Mental Health Awareness Month: My Story of Living with Anxiety

Mental Health GAD

May is Mental Health Awareness Month. Since the start of Covid, I’ve become increasingly vocal about my own lifelong struggle with anxiety and how it has impacted my work life. If my speaking up can normalize anxiety and remove the stigma for just one person, it’s worth talking about.

My official diagnosis is Generalized Anxiety Disorder (GAD), which has shown up since childhood in a variety of ways (my mom once told me I was born looking a little concerned!), including:

  • intense perfectionism (which was often praised as “high achievement”)
  • ruminating (which, as a student, seemed like the superpower of “overstudying to correct past mistakes” and as a professional, meant “reciting speeches and editing book chapters hundreds of times for fear of making a mistake”)
  • panic attacks (which, as a student and early professional, I always hid in case anyone would perceive me as less capable)

 

Through high school, college and my 20s, I NEVER talked about any of this. There was too much shame and stigma. It wasn’t until a pivotal moment at age 30, when another GAD sufferer noticed my tendencies and said totally casually, “You know, medication has helped me with that.”

That one offhanded remark changed my life.

While medication is not the right answer for everyone’s mental health issues, and I supplement my meds with therapy, meditation and other practices, my daily Lexapro has significantly lessened my GAD symptoms for more than a decade.

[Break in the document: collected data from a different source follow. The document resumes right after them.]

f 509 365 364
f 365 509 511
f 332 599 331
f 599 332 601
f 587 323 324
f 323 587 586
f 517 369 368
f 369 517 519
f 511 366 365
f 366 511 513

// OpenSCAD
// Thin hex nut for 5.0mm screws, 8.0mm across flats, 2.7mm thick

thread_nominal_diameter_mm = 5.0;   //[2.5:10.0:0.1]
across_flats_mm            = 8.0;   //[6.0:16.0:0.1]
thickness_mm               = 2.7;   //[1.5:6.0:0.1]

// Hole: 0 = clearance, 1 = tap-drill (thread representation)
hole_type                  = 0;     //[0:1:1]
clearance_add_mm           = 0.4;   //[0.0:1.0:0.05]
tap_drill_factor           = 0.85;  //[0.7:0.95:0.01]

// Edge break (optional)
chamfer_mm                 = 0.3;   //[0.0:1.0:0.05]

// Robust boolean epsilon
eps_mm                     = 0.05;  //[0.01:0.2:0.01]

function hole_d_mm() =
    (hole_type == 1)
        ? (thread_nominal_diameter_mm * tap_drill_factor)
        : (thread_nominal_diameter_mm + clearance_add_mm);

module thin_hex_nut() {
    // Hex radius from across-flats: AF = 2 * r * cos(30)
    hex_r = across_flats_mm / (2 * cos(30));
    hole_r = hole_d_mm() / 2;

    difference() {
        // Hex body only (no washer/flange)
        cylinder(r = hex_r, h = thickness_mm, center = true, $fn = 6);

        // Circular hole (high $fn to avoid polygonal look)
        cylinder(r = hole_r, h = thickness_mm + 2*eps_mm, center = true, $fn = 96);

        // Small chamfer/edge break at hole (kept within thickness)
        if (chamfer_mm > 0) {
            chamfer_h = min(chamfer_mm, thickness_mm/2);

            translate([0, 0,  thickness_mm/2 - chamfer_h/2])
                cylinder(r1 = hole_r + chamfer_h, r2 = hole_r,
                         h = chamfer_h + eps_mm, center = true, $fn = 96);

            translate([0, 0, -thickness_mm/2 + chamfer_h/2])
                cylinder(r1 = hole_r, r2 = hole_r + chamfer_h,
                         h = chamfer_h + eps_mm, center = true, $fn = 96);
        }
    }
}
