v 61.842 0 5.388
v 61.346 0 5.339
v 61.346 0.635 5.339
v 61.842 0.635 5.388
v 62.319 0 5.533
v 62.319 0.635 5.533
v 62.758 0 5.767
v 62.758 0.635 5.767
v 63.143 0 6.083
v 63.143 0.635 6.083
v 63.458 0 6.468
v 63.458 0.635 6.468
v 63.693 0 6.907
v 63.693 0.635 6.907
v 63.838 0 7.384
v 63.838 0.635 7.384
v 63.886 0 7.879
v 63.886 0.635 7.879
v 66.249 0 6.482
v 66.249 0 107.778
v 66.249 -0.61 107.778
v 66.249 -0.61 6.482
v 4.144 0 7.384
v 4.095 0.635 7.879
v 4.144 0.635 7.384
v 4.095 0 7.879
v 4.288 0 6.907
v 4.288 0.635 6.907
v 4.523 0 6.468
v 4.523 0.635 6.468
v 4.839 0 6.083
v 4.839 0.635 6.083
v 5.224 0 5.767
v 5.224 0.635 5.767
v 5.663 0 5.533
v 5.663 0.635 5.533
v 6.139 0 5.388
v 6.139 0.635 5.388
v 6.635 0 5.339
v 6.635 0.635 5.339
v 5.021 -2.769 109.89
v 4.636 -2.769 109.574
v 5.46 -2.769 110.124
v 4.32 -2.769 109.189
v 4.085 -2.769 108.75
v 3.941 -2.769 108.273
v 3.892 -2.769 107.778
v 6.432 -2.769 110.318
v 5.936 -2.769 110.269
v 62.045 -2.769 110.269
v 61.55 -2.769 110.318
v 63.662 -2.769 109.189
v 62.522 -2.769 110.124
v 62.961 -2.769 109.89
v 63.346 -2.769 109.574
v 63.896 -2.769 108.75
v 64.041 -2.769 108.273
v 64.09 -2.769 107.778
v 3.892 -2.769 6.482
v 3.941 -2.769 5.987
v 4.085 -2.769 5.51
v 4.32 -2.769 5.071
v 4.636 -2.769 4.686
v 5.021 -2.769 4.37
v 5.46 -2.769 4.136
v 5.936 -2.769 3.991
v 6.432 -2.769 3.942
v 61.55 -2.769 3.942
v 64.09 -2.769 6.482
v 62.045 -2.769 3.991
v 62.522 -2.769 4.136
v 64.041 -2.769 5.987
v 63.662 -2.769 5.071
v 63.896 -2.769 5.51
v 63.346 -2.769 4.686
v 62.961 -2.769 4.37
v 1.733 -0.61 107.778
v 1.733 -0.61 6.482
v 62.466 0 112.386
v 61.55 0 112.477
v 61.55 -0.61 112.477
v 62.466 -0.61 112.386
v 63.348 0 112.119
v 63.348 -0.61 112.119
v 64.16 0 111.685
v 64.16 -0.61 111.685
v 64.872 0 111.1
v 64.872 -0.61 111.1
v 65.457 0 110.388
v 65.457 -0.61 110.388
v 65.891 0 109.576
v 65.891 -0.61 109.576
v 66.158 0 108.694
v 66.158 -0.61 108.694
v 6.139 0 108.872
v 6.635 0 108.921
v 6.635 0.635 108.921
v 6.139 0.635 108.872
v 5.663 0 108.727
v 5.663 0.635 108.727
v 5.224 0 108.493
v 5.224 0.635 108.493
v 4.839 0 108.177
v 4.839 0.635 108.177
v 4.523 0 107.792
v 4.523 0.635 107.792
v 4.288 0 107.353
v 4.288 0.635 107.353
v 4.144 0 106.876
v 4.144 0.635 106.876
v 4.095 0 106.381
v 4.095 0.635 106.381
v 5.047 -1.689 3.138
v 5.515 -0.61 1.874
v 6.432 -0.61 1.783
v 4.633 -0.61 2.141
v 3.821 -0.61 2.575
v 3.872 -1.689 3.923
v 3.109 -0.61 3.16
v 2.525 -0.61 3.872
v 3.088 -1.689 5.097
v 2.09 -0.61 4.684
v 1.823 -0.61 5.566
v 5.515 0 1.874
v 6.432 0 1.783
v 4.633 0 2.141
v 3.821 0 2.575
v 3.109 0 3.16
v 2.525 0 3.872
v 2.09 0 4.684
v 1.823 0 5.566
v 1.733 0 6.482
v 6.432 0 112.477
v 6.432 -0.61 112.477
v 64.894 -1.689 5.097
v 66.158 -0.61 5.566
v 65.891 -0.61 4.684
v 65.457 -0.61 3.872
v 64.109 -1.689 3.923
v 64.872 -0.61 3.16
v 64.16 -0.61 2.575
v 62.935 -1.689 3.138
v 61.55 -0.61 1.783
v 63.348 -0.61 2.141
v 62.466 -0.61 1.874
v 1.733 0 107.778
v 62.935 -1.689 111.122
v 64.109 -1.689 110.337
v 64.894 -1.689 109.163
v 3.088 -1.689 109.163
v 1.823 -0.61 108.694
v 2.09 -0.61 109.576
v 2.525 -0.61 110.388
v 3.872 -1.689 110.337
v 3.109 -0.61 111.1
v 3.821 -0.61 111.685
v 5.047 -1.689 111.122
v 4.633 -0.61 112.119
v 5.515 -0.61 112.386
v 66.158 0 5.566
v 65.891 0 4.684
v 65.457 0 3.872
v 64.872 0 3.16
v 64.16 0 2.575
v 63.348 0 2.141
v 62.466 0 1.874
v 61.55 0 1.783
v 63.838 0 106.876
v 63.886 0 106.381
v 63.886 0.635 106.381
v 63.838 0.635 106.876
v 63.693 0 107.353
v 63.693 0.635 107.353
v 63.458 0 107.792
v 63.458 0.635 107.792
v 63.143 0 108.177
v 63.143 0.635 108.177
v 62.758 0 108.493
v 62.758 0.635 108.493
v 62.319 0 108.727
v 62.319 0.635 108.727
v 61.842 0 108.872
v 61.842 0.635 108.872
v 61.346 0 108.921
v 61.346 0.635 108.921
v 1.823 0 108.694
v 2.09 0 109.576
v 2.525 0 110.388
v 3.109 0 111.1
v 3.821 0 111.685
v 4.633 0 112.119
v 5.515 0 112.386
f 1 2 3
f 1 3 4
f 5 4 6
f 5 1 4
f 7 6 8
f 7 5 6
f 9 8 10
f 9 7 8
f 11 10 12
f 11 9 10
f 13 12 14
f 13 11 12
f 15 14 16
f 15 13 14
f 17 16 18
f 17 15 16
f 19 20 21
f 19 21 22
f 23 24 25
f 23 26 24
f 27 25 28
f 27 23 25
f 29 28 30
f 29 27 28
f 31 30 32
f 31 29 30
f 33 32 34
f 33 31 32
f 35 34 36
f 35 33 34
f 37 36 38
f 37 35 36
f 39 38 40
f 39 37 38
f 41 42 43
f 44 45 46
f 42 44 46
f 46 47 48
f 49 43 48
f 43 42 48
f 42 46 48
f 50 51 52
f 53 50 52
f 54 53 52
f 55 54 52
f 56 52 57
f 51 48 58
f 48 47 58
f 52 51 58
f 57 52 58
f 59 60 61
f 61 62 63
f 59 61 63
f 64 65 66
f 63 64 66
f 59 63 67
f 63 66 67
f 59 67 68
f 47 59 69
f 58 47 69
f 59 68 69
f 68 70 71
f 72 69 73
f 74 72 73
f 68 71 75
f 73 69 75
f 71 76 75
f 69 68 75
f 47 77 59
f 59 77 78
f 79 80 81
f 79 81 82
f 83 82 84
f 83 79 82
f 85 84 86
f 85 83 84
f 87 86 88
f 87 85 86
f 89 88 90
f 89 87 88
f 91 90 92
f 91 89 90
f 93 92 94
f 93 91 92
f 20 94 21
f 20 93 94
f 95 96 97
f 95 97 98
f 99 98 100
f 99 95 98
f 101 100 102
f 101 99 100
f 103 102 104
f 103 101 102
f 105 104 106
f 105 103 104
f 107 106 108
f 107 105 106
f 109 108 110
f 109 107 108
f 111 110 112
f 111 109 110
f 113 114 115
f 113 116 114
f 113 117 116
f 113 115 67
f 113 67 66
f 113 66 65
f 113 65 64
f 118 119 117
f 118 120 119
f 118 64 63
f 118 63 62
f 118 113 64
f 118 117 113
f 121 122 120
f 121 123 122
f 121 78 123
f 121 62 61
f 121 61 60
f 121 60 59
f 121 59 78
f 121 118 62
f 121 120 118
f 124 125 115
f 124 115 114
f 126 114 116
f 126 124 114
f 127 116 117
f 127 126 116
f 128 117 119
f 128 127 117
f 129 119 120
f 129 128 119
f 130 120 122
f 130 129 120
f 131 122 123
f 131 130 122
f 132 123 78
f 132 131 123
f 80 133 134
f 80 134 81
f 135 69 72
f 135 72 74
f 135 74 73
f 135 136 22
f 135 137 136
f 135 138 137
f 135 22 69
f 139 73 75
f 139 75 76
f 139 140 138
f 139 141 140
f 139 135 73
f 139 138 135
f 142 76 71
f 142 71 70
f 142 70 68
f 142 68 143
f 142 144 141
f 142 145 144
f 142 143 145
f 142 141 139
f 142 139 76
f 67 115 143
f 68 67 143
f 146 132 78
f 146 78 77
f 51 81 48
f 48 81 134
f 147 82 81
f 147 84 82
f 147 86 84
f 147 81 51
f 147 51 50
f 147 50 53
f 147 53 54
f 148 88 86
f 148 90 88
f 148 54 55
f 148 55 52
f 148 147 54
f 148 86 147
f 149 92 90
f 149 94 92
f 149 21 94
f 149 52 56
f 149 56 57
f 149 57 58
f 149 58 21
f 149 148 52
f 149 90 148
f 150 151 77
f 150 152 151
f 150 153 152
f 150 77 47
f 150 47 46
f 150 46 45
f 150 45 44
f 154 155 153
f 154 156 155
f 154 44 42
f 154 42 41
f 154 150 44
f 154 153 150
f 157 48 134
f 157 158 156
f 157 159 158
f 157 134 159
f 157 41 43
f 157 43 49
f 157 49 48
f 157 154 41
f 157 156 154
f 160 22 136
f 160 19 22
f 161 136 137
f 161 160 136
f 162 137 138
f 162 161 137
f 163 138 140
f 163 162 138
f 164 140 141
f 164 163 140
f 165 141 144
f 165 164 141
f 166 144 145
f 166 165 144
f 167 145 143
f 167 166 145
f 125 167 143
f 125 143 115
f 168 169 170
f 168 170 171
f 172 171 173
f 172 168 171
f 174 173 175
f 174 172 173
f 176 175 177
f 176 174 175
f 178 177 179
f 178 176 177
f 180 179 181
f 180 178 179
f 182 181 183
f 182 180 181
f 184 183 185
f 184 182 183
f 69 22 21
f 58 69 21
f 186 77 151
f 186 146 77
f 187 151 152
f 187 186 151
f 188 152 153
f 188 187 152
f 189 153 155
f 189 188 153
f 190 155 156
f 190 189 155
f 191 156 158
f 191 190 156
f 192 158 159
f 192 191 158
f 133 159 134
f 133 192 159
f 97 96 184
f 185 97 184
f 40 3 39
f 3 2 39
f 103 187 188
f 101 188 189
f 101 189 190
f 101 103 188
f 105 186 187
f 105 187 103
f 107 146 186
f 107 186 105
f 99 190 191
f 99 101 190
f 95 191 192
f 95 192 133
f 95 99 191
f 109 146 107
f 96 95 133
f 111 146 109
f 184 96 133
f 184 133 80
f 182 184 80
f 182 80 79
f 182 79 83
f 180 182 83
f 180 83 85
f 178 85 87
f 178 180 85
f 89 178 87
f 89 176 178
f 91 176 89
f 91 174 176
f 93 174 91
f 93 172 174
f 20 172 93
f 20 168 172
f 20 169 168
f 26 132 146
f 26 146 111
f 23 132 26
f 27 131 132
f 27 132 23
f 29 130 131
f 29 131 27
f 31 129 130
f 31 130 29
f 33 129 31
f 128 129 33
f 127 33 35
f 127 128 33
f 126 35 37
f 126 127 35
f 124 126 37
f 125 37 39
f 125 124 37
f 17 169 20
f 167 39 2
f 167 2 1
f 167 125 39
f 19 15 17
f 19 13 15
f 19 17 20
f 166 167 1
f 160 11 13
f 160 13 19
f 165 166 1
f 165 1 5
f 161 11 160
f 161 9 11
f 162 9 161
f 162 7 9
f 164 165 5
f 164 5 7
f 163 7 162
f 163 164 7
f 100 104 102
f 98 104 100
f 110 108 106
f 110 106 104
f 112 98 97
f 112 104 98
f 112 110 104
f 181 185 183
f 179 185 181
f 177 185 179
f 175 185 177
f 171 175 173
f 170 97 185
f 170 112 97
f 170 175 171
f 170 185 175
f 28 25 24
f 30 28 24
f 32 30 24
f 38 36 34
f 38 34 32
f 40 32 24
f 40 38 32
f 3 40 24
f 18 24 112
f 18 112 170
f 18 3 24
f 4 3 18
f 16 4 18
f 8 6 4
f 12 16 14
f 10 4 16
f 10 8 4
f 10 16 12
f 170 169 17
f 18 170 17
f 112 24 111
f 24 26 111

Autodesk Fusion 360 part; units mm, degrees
sketch "Sketch1" plane through (0, 0, 0) normal (0, 1, 0) x (1, 0, 0) in component "2004745"
  line L0 (-11.1431, -112.4766) -> (81.2494, -112.4766) construction
  line L1 (-9.4032, -1.7834) -> (86.6433, -1.7834) construction
  line L2 (1.7327, -120.1324) -> (1.7327, 13.1495) construction
  line L3 (66.2487, -119.4365) -> (66.2487, -6.4824) construction
  line L4 (6.4317, -112.4766) -> (61.5497, -112.4766)
  line L5 (66.2487, -107.7776) -> (66.2487, -1.7834)
  line L6 (61.5497, -1.7834) -> (6.4317, -1.7834)
  line L7 (1.7327, -6.4824) -> (1.7327, -107.7776)
  arc A0 (6.4317, -1.7834) -> (1.7327, -6.4824) centre (6.4317, -6.4824) ccw
  arc A1 (66.2487, -6.4824) -> (61.5497, -1.7834) centre (61.5497, -6.4824) ccw
  arc A2 (1.7327, -107.7776) -> (6.4317, -112.4766) centre (6.4317, -107.7776) ccw
  arc A3 (61.5497, -112.4766) -> (66.2487, -107.7776) centre (61.5497, -107.7776) ccw
  line L8 (61.3465, -5.3394) -> (-4.4719, -5.3394) construction
  line L9 (76.7415, -108.9206) -> (-6.2738, -108.9206) construction
  line L10 (4.0949, 11.0388) -> (4.0949, -121.0301) construction
  line L11 (63.8865, 2.5767) -> (63.8865, -121.3323) construction
  line L12 (6.6349, -108.9206) -> (61.3465, -108.9206)
  line L13 (63.8865, -106.3806) -> (63.8865, -7.8794)
  line L14 (63.8865, -5.3394) -> (6.6349, -5.3394)
  line L15 (4.0949, -7.8794) -> (4.0949, -106.3806)
  arc A4 (4.0949, -106.3806) -> (6.6349, -108.9206) centre (6.6349, -106.3806) ccw
  arc A5 (61.3465, -108.9206) -> (63.8865, -106.3806) centre (61.3465, -106.3806) ccw
  arc A6 (6.6349, -5.3394) -> (4.0949, -7.8794) centre (6.6349, -7.8794) ccw
  arc A7 (63.8865, -7.8794) -> (61.3465, -5.3394) centre (61.3465, -7.8794) ccw
  dimension "d1" = 110.6932
  dimension "d2" = 64.516
  dimension "d3" = 4.699
  dimension "d4" = 4.699
  dimension "d5" = 4.699
  dimension "d6" = 4.699
  dimension "d7" = 3.556
  dimension "d8" = 3.556
  dimension "d9" = 2.3622
  dimension "d10" = 2.3622
  dimension "d11" = 2.54
  dimension "d12" = 2.54
  dimension "d13" = 2.54
  dimension "d14" = 2.54
extrude "Extrude1" add sketch "Sketch1" along normal blind 0.635 contours L12 L13 L14 L15 A4 A5 A6 A7 in component "2004745"
extrude "Extrude2" add sketch "Sketch1" against normal blind 2.7686 contours L4 L5 L6 L7 A0 A1 A2 A3 | L12 L13 L14 L15 A4 A5 A6 A7 in component "2004745"
chamfer "Chamfer1" distance 2.159 angle 45 8 edges at (33.9907, -2.7686, 1.7834) (64.8723, -2.7686, 3.1597) (66.2487, -2.7686, 57.13) (64.8723, -2.7686, 111.1003) (33.9907, -2.7686, 112.4766) (3.109, -2.7686, 111.1003) (1.7327, -2.7686, 57.13) (3.109, -2.7686, 3.1597) in component "2004745"
component "2004745" placed x (1, 0, 0) y (0, 1, 0) z (0, 0, 1) at (0, 0, 0)
equation "d17 = -0.134 in + 0.025 in"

According to the National Alliance on Mental Illness, over 40 million adults in the U.S. (19% of the population) have an anxiety disorder. It’s the most common category of mental health issues.

During the first webinars I led at the beginning of Covid lockdown, I started mentioning my history with anxiety to encourage people –– particularly college students and young professionals –– to seek help if they were struggling. Every time I said it, the Zoom chat box absolutely blew up with comments and direct messages thanking me for admitting I had anxiety, too.

I share all of this because I wish someone –– anyone –– had mentioned their GAD to me sooner, or told me it was okay. Mental health is a much more accepted topic today, but I would have felt so much less alone.

If you experience any form of anxiety, I promise YOU ARE NOT ALONE.